Larger financial institutions such as Fidelity and Charles Schwab (NYSE: SCHW) are gradually waking up to the concept of cryptocurrencies. As a direct result of this, these institutions are gradually offering cryptocurrency exchange-traded funds (ETFs).
According to the most recent numbers from the global wealth managers’ survey conducted by GlobalData and released on October 13, high-net-worth individuals (also known as HNW investors) continue to have an interest in investing directly in the asset class.
The Senior Wealth Management Analyst at GlobalData, Sergel Woldemichael, said that: “Because of cryptocurrency’s high level of volatility, the results of the 2022 Global Wealth Managers Survey indicated that the average portfolio of high-net-worth individuals throughout the world held only 1.4% in crypto assets. Even though it is anticipated that demand will increase in the next years, investors are hesitant to allow cryptocurrencies to constitute a significant portion of their portfolio.
Currently, there are around 21,000 different cryptocurrencies available on the market; as a result, investors have a vast selection of assets from which to pick. The risk associated with direct investments is on par with that of other types of securities while being significantly higher (and thus the most reward).

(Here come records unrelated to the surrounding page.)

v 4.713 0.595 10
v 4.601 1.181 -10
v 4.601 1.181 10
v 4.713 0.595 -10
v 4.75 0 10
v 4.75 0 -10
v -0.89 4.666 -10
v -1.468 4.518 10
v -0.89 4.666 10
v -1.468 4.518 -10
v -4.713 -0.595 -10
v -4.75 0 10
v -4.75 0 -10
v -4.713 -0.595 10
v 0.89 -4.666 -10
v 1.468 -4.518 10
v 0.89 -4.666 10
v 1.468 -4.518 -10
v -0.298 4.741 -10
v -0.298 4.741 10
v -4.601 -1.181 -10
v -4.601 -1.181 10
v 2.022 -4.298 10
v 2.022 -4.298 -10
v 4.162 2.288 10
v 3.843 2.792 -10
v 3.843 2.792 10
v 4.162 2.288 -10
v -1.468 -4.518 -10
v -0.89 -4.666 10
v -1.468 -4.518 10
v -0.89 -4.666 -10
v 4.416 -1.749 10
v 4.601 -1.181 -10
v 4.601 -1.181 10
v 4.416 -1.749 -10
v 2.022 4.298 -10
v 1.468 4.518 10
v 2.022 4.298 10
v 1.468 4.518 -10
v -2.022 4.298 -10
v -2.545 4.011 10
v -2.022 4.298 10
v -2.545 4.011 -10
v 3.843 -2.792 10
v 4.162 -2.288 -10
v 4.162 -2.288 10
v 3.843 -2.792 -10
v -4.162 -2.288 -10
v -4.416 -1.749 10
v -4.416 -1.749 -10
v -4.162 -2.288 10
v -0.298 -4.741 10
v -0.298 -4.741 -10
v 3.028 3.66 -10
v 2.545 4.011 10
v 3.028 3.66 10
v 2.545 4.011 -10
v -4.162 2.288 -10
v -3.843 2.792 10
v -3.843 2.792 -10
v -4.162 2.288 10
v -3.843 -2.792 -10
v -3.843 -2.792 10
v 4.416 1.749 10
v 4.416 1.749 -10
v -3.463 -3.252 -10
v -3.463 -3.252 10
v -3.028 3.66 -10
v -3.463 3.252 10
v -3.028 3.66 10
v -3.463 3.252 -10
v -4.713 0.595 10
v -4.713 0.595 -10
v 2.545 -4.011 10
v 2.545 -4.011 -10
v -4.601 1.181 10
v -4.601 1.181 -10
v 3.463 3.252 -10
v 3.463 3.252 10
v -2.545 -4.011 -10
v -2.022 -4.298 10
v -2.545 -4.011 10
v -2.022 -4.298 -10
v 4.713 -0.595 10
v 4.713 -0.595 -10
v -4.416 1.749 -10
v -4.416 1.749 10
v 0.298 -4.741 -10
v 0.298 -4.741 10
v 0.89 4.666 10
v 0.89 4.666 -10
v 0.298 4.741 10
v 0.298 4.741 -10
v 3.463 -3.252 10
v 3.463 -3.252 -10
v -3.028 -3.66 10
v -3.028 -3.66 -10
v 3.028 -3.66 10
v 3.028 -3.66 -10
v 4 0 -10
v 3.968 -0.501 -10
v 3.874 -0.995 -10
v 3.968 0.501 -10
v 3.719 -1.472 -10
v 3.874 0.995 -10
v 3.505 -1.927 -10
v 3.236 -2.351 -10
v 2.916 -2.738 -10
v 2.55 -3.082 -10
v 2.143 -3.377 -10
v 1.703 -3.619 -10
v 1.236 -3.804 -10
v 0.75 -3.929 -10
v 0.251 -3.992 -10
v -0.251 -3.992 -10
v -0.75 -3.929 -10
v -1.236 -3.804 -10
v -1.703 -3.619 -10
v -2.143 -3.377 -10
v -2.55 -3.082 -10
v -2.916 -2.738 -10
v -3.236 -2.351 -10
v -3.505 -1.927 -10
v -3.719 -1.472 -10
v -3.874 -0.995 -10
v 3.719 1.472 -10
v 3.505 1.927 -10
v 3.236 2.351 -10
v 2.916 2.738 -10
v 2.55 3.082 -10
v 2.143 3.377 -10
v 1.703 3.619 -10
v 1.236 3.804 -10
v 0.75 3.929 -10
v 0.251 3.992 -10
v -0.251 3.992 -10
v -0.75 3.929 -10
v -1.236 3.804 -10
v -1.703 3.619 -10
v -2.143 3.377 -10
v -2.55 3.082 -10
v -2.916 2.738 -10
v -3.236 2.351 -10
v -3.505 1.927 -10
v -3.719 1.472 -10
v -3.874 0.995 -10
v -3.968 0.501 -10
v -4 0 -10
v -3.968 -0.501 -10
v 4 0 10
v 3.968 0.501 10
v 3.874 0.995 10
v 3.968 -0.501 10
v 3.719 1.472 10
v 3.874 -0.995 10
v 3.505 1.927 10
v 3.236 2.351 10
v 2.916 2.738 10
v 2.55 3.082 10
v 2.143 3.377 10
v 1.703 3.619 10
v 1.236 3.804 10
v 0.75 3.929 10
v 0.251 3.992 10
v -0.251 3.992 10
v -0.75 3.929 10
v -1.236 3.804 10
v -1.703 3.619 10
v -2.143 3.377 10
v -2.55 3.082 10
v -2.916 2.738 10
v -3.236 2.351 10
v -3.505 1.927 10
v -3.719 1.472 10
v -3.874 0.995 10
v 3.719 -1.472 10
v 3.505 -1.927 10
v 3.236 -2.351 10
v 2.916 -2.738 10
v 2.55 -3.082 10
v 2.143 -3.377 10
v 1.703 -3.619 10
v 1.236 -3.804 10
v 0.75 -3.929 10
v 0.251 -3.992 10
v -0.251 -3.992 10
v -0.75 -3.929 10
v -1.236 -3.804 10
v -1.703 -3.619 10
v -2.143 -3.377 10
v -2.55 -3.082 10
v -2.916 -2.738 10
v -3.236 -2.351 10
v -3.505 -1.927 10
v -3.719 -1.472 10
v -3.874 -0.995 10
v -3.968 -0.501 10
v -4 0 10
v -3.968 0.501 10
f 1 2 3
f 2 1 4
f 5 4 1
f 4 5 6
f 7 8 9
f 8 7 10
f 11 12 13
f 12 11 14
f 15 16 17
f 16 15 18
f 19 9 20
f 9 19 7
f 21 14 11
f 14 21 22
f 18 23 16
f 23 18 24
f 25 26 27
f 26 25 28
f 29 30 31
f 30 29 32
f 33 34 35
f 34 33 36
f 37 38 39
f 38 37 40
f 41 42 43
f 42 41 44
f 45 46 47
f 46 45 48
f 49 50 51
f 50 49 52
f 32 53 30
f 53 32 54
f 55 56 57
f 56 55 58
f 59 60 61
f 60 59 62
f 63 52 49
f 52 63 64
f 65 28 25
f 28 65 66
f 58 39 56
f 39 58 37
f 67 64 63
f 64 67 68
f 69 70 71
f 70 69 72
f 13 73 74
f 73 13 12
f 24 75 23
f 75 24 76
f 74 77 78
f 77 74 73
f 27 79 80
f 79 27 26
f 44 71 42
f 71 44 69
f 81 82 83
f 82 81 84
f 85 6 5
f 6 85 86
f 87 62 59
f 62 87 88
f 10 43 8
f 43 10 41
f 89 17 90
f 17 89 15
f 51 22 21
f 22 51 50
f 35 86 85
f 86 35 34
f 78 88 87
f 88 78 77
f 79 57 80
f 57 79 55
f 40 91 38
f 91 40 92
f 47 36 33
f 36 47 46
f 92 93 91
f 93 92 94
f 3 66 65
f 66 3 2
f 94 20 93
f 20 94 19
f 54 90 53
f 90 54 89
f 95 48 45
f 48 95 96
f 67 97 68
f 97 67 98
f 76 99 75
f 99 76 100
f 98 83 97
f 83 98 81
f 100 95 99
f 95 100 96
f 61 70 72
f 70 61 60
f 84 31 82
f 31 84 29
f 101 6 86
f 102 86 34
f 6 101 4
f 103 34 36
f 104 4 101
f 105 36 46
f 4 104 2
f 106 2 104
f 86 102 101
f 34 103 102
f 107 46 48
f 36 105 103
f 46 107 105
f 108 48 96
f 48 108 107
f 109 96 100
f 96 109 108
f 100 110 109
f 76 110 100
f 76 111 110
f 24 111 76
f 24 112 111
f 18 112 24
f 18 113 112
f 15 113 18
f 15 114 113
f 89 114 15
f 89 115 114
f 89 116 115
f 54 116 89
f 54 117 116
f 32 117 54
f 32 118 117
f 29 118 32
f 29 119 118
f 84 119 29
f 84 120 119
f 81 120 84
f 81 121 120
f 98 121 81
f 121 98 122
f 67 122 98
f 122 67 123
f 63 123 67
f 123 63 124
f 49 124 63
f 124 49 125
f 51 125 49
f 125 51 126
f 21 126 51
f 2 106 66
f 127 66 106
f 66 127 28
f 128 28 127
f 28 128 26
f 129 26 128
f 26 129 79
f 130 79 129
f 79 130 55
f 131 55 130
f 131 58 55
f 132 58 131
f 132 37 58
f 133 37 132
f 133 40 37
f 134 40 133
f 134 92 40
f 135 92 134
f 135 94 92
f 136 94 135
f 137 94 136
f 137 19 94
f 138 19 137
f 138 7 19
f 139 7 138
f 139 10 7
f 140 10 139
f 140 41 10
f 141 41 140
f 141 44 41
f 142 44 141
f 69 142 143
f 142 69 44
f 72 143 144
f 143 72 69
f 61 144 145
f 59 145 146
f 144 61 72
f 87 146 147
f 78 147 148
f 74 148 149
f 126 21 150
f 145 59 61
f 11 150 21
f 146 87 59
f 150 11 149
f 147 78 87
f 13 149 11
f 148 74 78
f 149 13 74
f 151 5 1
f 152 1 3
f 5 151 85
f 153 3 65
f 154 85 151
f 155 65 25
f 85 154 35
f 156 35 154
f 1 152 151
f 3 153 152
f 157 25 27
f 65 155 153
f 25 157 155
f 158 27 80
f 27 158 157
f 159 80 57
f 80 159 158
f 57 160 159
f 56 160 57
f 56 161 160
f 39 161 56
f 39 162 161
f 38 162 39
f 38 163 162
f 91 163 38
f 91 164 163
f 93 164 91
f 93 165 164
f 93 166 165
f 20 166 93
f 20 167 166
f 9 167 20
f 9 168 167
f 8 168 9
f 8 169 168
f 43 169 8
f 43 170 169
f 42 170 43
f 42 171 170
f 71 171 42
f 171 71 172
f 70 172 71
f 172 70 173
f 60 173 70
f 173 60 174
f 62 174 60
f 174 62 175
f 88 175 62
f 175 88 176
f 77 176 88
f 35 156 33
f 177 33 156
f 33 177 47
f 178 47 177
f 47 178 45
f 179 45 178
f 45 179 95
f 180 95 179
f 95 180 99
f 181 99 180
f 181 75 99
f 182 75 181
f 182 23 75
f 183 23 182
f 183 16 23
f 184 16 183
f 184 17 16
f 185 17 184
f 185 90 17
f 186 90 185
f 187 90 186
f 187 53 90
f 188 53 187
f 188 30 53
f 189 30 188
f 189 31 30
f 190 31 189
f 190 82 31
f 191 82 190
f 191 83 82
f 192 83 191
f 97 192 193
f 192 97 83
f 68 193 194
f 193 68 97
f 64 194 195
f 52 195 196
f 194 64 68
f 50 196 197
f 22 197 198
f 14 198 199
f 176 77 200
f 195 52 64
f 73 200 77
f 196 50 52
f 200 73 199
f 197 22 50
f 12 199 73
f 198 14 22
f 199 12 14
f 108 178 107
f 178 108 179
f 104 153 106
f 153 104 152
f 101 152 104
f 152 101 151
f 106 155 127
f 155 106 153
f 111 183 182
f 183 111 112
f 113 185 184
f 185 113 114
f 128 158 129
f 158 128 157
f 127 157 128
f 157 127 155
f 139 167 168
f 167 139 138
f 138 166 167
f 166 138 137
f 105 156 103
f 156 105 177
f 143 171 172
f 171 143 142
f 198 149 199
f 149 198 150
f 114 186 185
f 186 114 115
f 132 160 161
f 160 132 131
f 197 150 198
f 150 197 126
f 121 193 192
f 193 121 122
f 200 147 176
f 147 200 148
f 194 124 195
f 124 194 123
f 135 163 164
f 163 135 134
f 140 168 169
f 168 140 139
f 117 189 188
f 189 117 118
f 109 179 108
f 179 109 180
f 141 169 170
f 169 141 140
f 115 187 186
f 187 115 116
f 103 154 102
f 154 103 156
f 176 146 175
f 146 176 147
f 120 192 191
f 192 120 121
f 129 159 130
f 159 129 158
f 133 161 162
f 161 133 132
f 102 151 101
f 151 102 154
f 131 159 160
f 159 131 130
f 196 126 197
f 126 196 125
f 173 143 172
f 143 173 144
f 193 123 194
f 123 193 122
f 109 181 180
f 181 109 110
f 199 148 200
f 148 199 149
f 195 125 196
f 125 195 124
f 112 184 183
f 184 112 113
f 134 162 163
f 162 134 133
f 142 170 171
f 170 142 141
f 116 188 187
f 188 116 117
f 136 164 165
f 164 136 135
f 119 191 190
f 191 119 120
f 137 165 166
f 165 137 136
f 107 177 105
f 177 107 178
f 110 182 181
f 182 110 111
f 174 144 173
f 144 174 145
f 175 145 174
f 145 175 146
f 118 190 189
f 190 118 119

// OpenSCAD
$fn = 50;


difference() {
	union() {
		translate(v = [0, 0, -10.0000000000]) {
			cylinder(h = 20, r = 4.7500000000);
		}
	}
	union() {
		translate(v = [0, 0, -100.0000000000]) {
			cylinder(h = 200, r = 4.0000000000);
		}
	}
}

As a result of this, companies that are already well-established as well as those that are in the process of establishing themselves are now providing consumer security in the form of cryptocurrency funds or ETFs such as Bitcoin ETFs. ETFs also give an extra degree of safety for investors, reducing the likelihood that their accounts will be hacked or that they would lose their assets because they forgot their passwords. Investors can purchase ETFs through a broker or through an exchange-traded fund (ETF).
Woldemichael added:
“Players that are just concentrating on cryptocurrency exchange-traded funds (ETFs) are missing out on a big portion of high-net-worth cryptocurrency investors who want to invest directly. The possibility of higher returns is what attracts investors to the asset class; because it only accounts for a small fraction of their portfolio, they are content to incur the highest amount of risk.

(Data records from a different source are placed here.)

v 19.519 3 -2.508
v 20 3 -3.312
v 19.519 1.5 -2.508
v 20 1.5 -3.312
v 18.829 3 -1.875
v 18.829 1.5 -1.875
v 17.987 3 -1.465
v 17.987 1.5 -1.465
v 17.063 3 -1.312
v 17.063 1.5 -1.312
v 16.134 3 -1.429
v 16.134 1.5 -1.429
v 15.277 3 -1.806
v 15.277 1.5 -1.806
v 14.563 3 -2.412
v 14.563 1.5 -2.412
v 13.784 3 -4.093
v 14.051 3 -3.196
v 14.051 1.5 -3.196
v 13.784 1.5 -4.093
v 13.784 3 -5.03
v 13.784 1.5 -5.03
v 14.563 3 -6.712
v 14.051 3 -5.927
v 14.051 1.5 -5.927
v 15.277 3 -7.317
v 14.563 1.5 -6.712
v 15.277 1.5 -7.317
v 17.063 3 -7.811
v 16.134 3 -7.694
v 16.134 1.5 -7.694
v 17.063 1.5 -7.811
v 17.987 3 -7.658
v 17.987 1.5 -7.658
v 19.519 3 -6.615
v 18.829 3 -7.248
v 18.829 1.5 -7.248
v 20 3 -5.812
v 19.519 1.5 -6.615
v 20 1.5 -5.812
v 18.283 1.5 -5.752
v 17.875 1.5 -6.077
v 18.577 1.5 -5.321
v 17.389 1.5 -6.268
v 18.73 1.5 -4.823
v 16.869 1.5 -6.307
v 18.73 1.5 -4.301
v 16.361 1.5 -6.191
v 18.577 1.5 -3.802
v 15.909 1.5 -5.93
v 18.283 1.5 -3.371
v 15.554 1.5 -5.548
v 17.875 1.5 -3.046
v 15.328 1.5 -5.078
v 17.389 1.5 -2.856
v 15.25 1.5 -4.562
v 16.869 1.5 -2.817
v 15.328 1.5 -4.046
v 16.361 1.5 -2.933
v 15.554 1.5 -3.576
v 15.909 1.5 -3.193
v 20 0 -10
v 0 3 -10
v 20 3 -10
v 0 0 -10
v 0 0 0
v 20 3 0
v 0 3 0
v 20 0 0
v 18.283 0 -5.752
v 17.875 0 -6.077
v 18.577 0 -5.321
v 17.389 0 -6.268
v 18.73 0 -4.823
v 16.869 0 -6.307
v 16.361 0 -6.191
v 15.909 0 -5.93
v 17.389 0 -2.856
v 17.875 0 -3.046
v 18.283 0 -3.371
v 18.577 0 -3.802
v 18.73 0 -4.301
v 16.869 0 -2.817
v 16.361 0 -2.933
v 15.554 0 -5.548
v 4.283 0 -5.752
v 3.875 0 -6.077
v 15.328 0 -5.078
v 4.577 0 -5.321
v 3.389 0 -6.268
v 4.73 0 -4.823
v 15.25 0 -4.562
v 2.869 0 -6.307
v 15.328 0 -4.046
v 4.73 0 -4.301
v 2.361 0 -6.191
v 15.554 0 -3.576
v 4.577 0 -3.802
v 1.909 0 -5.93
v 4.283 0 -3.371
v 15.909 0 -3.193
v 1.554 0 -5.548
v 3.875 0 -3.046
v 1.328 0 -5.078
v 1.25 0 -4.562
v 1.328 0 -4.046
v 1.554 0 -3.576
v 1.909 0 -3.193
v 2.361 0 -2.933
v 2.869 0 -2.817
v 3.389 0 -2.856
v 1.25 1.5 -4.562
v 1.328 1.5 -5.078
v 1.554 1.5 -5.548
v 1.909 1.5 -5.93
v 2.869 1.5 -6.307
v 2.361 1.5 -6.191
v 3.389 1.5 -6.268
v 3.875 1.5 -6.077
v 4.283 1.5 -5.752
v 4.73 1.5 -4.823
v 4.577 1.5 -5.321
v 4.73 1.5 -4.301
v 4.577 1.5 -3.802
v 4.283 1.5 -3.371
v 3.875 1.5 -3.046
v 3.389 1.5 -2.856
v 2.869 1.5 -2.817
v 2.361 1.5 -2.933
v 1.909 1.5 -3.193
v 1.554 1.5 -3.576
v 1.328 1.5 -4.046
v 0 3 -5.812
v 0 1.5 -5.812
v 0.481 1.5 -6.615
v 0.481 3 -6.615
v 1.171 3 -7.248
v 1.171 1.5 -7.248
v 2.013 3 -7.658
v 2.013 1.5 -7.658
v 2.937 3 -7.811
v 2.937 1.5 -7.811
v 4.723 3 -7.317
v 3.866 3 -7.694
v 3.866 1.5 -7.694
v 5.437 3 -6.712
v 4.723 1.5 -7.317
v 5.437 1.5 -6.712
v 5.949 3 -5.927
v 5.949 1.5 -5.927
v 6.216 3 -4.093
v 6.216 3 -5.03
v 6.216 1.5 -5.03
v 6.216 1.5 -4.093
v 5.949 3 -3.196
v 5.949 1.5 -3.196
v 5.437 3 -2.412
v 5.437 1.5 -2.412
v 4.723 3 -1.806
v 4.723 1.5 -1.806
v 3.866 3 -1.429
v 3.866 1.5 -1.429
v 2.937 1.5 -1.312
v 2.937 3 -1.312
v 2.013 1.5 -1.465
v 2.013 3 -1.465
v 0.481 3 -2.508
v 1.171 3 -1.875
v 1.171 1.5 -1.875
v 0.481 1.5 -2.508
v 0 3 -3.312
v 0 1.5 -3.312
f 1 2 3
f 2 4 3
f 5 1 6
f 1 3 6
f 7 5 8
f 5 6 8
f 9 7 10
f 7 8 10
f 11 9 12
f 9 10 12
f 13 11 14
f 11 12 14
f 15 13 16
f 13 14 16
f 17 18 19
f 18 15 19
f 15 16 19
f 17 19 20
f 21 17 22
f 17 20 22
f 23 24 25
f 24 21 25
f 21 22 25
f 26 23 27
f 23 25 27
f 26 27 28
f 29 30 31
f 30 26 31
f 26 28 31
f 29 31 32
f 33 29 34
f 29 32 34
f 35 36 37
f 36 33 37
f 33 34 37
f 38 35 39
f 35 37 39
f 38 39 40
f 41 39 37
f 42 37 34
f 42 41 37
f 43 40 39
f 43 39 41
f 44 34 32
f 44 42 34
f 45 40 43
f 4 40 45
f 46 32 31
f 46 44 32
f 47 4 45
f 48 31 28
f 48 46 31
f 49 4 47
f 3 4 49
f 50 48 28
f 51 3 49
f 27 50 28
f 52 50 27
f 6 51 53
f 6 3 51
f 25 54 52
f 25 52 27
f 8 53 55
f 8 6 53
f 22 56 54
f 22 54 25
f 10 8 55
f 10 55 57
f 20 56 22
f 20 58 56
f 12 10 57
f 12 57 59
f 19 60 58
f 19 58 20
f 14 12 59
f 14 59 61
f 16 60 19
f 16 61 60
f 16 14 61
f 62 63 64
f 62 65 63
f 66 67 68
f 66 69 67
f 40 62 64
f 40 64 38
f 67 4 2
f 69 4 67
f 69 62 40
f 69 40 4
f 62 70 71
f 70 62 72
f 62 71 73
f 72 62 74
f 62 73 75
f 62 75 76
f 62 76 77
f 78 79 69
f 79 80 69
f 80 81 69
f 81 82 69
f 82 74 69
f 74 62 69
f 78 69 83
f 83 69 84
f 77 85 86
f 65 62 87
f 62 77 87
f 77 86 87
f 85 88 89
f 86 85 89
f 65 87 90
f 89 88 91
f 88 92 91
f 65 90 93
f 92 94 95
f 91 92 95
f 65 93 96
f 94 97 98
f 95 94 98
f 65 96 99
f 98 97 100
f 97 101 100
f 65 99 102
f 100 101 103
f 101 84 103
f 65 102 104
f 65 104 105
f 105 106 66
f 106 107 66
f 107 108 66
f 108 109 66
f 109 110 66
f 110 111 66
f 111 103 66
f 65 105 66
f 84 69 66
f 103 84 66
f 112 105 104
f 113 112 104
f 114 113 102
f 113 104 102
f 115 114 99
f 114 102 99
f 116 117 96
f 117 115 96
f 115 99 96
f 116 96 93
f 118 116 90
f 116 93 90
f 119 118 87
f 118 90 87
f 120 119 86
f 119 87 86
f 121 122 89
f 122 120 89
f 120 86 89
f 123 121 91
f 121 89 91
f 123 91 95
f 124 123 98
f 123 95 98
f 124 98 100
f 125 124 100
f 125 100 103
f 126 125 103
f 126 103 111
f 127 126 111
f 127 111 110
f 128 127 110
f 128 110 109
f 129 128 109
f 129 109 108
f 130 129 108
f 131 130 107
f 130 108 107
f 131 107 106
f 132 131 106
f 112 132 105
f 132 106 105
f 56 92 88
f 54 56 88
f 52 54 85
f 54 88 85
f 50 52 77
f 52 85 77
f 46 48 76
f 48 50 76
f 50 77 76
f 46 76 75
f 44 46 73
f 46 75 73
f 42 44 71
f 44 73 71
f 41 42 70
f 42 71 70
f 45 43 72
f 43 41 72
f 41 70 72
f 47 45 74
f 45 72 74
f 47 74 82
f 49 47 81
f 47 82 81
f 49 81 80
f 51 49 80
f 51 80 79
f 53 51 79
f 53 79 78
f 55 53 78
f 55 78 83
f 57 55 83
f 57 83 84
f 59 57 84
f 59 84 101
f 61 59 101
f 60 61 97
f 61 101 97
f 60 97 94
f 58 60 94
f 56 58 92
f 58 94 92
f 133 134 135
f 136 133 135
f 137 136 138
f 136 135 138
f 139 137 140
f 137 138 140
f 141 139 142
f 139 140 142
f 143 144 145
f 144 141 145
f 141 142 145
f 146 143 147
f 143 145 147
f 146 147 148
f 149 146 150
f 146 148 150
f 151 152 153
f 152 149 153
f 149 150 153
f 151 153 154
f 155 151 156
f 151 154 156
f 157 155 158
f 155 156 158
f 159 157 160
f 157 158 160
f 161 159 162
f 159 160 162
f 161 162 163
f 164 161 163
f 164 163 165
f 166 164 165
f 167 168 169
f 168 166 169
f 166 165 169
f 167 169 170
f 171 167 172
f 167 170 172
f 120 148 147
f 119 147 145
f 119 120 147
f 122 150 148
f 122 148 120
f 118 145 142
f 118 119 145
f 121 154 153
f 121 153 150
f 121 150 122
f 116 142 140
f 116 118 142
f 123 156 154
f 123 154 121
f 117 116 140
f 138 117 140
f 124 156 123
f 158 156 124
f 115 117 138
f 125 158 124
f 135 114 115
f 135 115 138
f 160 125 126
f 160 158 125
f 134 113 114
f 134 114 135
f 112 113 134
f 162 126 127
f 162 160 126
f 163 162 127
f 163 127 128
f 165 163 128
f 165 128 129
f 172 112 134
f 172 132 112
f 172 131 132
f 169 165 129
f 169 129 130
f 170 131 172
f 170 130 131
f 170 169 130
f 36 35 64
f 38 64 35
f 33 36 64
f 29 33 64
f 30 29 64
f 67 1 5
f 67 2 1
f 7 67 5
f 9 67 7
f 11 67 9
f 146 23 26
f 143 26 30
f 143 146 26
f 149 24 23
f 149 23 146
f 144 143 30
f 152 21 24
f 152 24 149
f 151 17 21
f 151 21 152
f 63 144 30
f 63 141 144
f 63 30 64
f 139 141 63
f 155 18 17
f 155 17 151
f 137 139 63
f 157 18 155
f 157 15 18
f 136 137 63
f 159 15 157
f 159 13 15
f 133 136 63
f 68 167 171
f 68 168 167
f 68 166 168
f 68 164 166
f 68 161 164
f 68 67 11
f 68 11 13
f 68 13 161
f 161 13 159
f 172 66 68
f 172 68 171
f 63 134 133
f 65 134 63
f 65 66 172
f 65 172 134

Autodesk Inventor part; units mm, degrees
ref_plane "YZ Plane" through (0, 0, 0) normal (1, 0, 0) x (0, 1, 0)
ref_plane "XZ Plane" through (0, 0, 0) normal (0, 1, 0) x (-1, 0, 0)
ref_plane "XY Plane" through (0, 0, 0) normal (0, 0, 1) x (1, 0, 0)
sketch "Sketch1" plane through (0, 0, 0) normal (0, 1, 0) x (-1, 0, 0)
  line L0 (0, 0) -> (0, -10)
  line L1 (0, -10) -> (-20, -10)
  line L2 (-20, -10) -> (-20, 0)
  line L3 (-20, 0) -> (0, 0)
  arc A0 (0, -3.3117) -> (0, -5.8117) centre (-3, -4.5617) ccw
  arc A1 (-20, -5.8117) -> (-20, -3.3117) centre (-17, -4.5617) ccw
  line L4 (-10, 0) -> (-10, -10) construction
  circle A2 centre (-3, -4.5617) radius 1.75
  circle A3 centre (-17, -4.5617) radius 1.75
  dimension "d2" = 10
  dimension "d3" = 20
  dimension "d5" = 6.5
  dimension "d8" = 7
  dimension "d9" = 7
  dimension "d11" = 3.5
  dimension "d12" = 3.5
  dimension "d13" = 10
  dimension "d14" = 3.3117
  dimension "d15" = 4.5617
extrude "Extrusion1" add sketch "Sketch1" along normal blind 1.5 contours L0 A0 | A1 L2
extrude "Extrusion2" add sketch "Sketch1" along normal blind 3 contours L0 A0 L1 L2 A1 L3
properties part number "reverse gear bearing keeper"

The demand from customers has forced the hands of large companies, despite the fact that some financial managers continue to have doubts about bitcoin and its potential future applications. According to Woldemichael, it is essential for companies that want to keep as much of their customers’ capital as possible to offer both a direct path into investing in cryptocurrencies and an option to invest via a fund. This is because direct investment in cryptocurrencies is riskier than an indirect investment through funds.